# The fluffy pink stuff



## Highside (Jan 4, 2010)

I've been reading more and more of the viability of the regular old fluffy pink stuff as a good base trap. 

What are the typical requirements if one is to use "pink" instead of 703 or mineral wool? Do they need to be as dense or larger. Does it need to be compacted a bit? Etc, etc...

Here's what I've been thinking. I did a search for bass traps several years ago and came across a site (blog, personal page..) where a person made cylindrical traps with the "pink" stuff. I was thinking about going this route so that I could have a pseudo column in the corner that serves as a trap. My idea was to make it look like an SVS cylinder sub.

Could this work or should I just go for super chunks in the corners? 

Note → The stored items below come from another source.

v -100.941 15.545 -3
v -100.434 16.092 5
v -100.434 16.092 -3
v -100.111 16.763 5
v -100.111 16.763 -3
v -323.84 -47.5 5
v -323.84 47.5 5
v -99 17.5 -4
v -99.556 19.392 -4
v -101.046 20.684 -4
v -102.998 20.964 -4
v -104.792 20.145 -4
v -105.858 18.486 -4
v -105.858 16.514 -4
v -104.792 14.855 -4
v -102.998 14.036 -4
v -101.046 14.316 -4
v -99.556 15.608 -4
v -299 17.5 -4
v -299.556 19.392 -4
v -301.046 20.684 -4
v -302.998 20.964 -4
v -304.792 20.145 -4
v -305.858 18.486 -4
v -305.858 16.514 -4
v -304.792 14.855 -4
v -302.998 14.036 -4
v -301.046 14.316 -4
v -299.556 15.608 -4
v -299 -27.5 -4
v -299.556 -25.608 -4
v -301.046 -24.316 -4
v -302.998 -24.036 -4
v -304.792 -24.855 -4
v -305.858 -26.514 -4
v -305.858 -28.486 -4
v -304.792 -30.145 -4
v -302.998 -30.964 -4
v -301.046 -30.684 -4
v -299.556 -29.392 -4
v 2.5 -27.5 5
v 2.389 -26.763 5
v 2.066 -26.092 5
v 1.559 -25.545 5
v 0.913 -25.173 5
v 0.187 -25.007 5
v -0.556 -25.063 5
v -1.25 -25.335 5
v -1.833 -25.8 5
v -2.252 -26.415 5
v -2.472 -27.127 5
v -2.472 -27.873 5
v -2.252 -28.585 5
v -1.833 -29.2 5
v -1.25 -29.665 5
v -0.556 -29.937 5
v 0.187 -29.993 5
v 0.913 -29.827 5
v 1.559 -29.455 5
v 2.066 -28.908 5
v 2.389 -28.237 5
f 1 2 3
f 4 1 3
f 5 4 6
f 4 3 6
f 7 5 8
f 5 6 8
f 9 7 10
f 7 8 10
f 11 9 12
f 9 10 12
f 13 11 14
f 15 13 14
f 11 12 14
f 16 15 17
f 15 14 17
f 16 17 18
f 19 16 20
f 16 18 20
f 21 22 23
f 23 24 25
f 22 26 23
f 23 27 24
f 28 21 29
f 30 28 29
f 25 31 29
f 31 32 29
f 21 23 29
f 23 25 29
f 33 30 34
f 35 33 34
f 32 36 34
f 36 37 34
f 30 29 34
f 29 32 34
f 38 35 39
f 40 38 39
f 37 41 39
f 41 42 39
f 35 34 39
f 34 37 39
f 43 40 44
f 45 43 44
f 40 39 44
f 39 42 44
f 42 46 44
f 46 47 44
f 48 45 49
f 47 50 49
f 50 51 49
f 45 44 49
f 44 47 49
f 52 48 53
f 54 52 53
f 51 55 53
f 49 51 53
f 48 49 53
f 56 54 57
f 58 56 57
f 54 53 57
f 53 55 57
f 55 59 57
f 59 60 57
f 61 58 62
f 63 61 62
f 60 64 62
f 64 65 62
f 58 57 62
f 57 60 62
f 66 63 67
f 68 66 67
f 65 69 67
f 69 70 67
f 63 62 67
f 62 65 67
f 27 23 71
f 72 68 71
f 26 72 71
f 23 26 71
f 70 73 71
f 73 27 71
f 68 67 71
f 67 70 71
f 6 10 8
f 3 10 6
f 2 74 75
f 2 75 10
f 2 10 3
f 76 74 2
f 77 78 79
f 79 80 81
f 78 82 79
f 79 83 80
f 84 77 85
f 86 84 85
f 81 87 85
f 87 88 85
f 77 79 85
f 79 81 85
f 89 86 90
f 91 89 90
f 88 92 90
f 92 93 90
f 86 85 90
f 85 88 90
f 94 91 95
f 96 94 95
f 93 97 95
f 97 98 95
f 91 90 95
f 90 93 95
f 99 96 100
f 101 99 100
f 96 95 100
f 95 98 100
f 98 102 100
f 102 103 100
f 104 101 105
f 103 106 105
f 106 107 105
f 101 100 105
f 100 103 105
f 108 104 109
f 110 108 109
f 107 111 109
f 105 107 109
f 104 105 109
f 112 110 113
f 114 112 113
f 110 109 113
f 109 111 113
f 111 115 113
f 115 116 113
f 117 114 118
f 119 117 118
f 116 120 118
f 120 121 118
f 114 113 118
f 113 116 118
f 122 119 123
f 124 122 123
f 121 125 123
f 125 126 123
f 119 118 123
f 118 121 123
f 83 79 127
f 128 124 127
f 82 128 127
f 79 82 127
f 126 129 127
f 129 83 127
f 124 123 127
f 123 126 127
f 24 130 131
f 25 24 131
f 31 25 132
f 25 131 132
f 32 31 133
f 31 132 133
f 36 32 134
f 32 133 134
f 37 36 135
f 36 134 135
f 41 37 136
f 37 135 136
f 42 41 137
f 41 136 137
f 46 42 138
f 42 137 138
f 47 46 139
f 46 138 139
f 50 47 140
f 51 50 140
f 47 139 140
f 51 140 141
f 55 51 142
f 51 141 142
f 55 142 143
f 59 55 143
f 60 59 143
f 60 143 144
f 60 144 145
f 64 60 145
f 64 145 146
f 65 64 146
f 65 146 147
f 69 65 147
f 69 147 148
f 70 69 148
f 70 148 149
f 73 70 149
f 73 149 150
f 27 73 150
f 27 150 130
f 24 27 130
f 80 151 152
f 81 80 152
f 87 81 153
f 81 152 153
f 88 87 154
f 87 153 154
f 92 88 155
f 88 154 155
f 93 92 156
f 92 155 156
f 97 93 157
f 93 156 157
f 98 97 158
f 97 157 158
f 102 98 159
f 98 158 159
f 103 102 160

Will it work if the corner is not completely blocked off since the trap can't truly fit snugly into the corner?


----------



## Guest (Dec 8, 2011)

What are super chunks?

I think I might have read the same thing. People pretty much using rolls of fiberglass and wrapping them in fabric from wally world. I've also read that fiber glass isn't dense enough to slow down bass waves. IDK what the truth is. I don't think it would cost a whole lot to test it, and if it didn't work, you could just add more fiber glass to your attic.

Could you take before and after REW measurments?


----------



## bpape (Sep 14, 2006)

What it's really about is gas flow resistivity. As you get thicker in material, the need for higher density decreases - and less dense material can actually work better. 

If you're going to do the cylinder route, just make sure you get enough diameter to make it work low. Think a minimum of a 16" diameter. Bigger is better.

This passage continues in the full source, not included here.